*** Opening of Data ***
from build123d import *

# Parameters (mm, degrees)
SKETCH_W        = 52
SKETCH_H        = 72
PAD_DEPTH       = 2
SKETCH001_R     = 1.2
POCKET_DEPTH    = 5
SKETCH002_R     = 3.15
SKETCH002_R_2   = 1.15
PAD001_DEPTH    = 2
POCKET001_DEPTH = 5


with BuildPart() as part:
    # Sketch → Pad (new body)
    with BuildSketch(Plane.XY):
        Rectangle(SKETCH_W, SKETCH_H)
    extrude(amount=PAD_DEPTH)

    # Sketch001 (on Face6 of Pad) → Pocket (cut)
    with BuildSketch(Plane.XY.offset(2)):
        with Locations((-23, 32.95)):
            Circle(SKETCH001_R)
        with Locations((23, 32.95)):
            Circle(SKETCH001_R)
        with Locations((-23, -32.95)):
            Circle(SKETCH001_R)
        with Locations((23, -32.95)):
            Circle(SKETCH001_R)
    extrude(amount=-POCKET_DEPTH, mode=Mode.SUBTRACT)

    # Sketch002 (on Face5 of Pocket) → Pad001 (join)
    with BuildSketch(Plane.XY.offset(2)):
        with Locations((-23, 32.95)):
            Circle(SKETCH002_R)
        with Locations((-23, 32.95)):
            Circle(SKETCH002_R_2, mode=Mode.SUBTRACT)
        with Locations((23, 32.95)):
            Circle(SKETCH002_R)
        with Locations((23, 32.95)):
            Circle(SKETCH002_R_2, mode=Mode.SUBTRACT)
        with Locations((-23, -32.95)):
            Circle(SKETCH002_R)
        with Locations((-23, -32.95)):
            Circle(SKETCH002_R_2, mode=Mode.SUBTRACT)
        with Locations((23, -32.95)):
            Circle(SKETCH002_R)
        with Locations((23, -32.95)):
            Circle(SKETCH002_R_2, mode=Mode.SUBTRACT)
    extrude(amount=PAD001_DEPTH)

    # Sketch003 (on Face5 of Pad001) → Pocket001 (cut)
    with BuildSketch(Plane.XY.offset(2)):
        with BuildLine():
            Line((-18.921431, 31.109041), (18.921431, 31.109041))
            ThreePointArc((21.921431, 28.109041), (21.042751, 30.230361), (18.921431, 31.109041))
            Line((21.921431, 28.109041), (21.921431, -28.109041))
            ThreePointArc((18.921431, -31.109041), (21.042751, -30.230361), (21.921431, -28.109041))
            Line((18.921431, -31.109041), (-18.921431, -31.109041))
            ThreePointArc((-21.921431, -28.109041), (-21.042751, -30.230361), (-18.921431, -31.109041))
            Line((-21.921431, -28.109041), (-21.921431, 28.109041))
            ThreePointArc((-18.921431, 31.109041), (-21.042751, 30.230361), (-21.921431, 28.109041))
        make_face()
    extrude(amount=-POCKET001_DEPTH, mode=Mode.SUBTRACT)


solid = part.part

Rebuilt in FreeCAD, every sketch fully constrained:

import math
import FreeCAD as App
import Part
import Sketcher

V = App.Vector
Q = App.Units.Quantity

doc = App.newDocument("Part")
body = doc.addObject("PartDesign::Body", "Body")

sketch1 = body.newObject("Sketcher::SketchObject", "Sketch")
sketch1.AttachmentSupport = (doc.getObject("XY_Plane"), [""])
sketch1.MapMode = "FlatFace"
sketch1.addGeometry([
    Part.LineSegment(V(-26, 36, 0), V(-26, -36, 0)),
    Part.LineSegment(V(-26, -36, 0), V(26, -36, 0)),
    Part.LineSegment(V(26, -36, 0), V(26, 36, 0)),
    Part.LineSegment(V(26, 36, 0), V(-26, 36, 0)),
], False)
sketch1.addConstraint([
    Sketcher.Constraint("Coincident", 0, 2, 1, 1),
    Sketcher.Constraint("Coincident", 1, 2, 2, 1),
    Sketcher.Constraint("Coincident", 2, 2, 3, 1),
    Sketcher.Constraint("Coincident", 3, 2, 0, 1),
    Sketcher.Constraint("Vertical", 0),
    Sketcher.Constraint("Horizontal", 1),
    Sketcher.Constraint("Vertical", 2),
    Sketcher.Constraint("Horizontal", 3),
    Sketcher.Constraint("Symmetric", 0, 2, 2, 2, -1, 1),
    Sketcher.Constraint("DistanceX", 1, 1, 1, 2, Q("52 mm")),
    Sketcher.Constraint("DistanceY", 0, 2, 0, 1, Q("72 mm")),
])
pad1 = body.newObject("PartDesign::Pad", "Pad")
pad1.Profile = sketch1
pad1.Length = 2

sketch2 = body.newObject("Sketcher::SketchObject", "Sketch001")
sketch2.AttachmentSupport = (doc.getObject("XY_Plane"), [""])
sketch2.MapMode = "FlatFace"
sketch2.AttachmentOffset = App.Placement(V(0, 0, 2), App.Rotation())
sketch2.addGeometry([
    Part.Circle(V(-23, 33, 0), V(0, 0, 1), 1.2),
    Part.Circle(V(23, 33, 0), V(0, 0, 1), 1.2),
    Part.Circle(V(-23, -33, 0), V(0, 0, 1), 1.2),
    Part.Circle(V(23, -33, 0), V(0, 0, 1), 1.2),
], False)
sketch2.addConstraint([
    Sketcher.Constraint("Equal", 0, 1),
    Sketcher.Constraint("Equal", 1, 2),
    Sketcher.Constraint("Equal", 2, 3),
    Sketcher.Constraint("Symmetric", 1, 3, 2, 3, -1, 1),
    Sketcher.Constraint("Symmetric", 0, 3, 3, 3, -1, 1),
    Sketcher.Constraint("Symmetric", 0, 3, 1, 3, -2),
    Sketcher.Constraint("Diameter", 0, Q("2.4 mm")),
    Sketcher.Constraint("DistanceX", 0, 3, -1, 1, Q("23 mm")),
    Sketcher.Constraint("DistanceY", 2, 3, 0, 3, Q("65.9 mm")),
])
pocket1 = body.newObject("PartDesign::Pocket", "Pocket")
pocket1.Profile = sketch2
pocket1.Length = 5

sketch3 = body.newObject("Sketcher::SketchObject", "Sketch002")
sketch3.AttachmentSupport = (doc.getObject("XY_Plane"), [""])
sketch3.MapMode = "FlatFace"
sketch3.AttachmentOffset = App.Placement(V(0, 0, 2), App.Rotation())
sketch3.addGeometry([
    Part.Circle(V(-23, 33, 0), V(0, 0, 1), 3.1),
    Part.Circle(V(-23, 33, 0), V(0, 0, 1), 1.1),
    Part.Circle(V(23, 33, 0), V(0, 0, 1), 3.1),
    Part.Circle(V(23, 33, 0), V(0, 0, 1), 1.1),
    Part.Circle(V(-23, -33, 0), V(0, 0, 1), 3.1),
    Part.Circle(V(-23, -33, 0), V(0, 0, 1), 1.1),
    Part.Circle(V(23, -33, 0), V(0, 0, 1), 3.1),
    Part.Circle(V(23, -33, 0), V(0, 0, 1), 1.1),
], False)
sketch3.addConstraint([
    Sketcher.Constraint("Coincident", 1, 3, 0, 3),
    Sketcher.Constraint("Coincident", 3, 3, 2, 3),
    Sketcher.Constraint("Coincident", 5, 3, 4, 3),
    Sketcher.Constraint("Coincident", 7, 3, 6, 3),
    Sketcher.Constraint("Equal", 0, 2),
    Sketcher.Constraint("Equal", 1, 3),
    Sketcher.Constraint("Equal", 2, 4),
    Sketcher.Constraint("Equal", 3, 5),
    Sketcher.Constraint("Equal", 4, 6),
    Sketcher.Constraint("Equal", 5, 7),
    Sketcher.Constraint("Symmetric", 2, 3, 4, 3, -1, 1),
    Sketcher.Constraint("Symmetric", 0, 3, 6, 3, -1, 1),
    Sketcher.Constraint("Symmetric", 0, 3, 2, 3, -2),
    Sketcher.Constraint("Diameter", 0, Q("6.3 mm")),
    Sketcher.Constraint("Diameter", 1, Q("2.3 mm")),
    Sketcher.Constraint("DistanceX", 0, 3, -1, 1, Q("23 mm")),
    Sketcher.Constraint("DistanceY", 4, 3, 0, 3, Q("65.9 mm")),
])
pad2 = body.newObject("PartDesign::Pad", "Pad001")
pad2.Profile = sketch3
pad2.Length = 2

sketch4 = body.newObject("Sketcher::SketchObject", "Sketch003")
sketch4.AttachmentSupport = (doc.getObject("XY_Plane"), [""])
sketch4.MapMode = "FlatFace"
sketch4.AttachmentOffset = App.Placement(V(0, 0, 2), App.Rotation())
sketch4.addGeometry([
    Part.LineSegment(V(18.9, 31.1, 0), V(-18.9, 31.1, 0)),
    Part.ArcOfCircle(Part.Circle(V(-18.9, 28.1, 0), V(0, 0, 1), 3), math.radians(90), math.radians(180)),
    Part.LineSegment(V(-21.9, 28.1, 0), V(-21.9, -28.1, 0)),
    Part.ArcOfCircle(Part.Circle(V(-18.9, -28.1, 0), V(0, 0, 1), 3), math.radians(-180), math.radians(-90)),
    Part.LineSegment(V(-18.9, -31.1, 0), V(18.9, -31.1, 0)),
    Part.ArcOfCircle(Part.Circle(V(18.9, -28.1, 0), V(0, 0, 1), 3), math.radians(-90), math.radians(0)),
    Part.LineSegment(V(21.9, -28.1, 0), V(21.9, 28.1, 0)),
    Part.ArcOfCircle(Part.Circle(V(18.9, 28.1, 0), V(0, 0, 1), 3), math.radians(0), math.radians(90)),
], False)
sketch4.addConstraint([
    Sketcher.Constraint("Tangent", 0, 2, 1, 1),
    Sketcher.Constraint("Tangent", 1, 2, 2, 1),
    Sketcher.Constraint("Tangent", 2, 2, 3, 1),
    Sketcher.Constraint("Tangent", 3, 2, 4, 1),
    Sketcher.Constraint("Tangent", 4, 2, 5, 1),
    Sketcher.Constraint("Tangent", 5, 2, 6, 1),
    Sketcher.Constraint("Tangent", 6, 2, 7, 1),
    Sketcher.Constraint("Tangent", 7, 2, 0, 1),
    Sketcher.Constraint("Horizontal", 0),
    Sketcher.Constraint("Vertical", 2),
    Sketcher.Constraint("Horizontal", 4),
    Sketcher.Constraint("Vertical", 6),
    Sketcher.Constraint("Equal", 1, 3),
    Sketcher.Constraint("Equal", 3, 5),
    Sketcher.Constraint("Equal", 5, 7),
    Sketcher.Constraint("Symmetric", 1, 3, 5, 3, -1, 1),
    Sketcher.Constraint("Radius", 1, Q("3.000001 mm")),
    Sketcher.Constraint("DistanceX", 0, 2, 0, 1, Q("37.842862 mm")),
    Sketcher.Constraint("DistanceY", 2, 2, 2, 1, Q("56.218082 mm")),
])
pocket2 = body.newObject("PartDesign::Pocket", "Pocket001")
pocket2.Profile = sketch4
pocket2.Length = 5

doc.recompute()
*** Close of Data ***
*** Opening of Data ***
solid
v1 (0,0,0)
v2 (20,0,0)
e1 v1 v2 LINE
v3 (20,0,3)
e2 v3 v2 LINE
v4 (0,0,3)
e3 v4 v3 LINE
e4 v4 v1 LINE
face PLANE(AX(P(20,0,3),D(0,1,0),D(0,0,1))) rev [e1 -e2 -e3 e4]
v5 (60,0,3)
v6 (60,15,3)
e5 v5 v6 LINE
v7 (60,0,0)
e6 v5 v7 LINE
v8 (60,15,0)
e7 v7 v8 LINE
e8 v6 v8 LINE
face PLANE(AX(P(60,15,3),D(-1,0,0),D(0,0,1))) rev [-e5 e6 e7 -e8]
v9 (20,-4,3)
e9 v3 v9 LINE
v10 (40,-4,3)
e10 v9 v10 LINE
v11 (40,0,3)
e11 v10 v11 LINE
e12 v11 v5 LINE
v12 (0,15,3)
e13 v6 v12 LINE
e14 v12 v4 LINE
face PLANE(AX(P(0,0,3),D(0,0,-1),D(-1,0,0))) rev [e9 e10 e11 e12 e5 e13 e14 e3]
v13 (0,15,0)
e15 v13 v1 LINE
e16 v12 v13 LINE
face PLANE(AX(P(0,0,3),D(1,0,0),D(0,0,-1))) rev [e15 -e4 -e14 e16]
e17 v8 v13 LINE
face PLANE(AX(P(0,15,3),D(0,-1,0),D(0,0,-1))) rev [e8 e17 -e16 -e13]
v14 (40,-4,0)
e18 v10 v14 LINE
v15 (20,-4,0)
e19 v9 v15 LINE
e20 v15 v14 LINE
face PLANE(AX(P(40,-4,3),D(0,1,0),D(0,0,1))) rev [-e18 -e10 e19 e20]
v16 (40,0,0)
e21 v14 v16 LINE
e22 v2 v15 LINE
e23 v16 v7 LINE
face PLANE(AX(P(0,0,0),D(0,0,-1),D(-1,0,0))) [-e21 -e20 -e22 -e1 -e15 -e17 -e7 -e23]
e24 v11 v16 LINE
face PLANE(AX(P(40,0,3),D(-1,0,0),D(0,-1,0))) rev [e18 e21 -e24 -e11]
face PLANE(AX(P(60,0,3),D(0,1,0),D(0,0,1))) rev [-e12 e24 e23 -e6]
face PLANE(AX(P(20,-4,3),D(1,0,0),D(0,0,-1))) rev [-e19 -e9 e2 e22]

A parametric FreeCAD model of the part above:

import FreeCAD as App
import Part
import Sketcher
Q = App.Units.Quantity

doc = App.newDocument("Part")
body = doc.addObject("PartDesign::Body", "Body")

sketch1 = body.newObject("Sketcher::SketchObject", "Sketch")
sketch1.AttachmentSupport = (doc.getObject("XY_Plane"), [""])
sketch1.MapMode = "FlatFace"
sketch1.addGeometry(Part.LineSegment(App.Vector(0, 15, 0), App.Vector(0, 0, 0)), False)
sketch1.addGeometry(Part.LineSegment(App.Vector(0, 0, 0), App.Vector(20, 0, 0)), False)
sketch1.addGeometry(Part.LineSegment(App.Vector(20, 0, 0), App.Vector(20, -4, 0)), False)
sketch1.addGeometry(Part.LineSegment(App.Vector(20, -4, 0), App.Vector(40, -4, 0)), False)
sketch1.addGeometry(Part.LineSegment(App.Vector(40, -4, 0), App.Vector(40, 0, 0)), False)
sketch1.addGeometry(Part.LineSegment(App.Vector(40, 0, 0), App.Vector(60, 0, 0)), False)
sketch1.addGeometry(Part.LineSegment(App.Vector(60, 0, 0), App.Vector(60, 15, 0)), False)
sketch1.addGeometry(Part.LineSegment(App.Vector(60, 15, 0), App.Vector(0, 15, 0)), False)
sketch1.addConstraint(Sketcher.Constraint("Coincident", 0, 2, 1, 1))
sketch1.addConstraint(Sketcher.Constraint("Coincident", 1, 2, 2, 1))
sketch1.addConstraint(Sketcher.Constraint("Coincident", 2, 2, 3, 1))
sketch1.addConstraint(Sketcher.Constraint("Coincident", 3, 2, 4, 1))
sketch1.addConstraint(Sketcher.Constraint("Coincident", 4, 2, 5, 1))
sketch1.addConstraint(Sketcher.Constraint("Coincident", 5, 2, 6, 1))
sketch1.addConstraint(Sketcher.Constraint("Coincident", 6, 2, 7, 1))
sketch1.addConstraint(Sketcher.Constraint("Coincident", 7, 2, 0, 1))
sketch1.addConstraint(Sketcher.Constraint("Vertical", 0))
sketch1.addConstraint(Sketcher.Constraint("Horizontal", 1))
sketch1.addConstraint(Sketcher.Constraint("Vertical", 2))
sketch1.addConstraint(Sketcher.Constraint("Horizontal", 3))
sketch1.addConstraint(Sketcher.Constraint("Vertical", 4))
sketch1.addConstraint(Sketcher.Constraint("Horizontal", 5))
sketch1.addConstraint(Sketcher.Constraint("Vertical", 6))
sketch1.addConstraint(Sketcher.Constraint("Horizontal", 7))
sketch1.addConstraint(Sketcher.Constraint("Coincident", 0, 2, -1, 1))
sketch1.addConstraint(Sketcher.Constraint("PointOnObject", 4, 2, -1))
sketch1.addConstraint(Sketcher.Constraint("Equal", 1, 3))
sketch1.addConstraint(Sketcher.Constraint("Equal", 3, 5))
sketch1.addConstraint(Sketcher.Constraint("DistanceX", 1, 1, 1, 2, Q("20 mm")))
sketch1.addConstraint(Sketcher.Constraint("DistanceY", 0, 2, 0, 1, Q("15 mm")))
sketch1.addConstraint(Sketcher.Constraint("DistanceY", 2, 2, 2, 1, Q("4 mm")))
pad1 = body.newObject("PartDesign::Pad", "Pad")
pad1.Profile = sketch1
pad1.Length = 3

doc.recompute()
*** Close of Data ***
*** Opening of Data ***
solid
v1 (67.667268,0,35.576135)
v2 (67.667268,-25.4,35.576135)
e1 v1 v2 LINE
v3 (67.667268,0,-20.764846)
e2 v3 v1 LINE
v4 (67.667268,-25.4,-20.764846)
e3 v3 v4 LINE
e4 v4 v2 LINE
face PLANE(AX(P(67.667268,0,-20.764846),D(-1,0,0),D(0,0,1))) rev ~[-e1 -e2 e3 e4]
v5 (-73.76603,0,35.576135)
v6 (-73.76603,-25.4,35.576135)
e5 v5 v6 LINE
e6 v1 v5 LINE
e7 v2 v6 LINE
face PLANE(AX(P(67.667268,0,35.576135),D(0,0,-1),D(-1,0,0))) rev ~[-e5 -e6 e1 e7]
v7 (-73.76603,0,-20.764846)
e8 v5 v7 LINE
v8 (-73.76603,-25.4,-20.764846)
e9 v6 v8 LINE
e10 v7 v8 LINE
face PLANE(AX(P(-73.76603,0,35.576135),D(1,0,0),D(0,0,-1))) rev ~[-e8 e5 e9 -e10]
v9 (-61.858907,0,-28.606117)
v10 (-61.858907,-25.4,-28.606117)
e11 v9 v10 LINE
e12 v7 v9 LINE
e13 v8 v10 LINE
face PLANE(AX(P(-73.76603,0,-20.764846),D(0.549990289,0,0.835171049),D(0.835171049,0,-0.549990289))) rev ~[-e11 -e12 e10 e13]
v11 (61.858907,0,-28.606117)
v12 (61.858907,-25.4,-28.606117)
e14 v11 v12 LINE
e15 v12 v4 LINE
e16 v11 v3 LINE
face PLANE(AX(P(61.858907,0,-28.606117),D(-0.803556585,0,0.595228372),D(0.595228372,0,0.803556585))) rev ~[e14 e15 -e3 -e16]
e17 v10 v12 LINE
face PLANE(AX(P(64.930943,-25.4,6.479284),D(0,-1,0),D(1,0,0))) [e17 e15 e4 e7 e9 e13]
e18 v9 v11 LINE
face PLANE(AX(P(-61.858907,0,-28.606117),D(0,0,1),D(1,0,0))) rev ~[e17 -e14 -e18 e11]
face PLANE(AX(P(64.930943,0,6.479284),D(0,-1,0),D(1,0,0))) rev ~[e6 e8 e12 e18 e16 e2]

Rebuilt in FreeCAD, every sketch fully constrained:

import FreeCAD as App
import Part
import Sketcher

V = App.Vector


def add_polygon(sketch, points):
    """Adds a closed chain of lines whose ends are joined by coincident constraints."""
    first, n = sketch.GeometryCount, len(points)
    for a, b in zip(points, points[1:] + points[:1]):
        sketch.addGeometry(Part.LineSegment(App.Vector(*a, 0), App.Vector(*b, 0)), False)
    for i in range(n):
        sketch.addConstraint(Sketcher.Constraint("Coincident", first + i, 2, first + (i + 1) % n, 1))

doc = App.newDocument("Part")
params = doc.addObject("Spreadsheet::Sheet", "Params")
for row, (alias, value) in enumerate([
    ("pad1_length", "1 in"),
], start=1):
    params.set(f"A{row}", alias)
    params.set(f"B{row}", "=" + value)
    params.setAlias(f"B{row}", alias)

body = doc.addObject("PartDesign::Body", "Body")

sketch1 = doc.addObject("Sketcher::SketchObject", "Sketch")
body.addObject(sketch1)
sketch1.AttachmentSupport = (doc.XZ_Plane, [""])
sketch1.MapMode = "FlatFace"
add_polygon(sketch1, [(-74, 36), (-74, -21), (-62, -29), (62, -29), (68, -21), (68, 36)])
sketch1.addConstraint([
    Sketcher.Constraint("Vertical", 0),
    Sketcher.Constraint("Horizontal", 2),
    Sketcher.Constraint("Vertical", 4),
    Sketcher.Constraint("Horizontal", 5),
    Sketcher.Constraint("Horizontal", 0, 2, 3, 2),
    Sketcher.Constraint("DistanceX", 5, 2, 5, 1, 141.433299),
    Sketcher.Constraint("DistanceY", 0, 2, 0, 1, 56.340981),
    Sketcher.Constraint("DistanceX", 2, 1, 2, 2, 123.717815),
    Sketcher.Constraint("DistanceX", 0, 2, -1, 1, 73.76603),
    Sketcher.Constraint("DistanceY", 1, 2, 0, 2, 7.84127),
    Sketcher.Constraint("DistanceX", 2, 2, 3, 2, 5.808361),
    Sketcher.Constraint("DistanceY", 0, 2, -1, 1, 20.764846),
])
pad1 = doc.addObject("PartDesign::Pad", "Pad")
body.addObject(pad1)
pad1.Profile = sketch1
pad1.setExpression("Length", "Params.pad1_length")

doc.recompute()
*** Close of Data ***
* _Exercise directions_
All lines in the data above from the one with "e13 v6 v12 LINE" through the one with "A parametric FreeCAD" must be repeated exactly, and no others.

* _Result_
e13 v6 v12 LINE
e14 v12 v4 LINE
face PLANE(AX(P(0,0,3),D(0,0,-1),D(-1,0,0))) rev [e9 e10 e11 e12 e5 e13 e14 e3]
v13 (0,15,0)
e15 v13 v1 LINE
e16 v12 v13 LINE
face PLANE(AX(P(0,0,3),D(1,0,0),D(0,0,-1))) rev [e15 -e4 -e14 e16]
e17 v8 v13 LINE
face PLANE(AX(P(0,15,3),D(0,-1,0),D(0,0,-1))) rev [e8 e17 -e16 -e13]
v14 (40,-4,0)
e18 v10 v14 LINE
v15 (20,-4,0)
e19 v9 v15 LINE
e20 v15 v14 LINE
face PLANE(AX(P(40,-4,3),D(0,1,0),D(0,0,1))) rev [-e18 -e10 e19 e20]
v16 (40,0,0)
e21 v14 v16 LINE
e22 v2 v15 LINE
e23 v16 v7 LINE
face PLANE(AX(P(0,0,0),D(0,0,-1),D(-1,0,0))) [-e21 -e20 -e22 -e1 -e15 -e17 -e7 -e23]
e24 v11 v16 LINE
face PLANE(AX(P(40,0,3),D(-1,0,0),D(0,-1,0))) rev [e18 e21 -e24 -e11]
face PLANE(AX(P(60,0,3),D(0,1,0),D(0,0,1))) rev [-e12 e24 e23 -e6]
face PLANE(AX(P(20,-4,3),D(1,0,0),D(0,0,-1))) rev [-e19 -e9 e2 e22]

A parametric FreeCAD model of the part above:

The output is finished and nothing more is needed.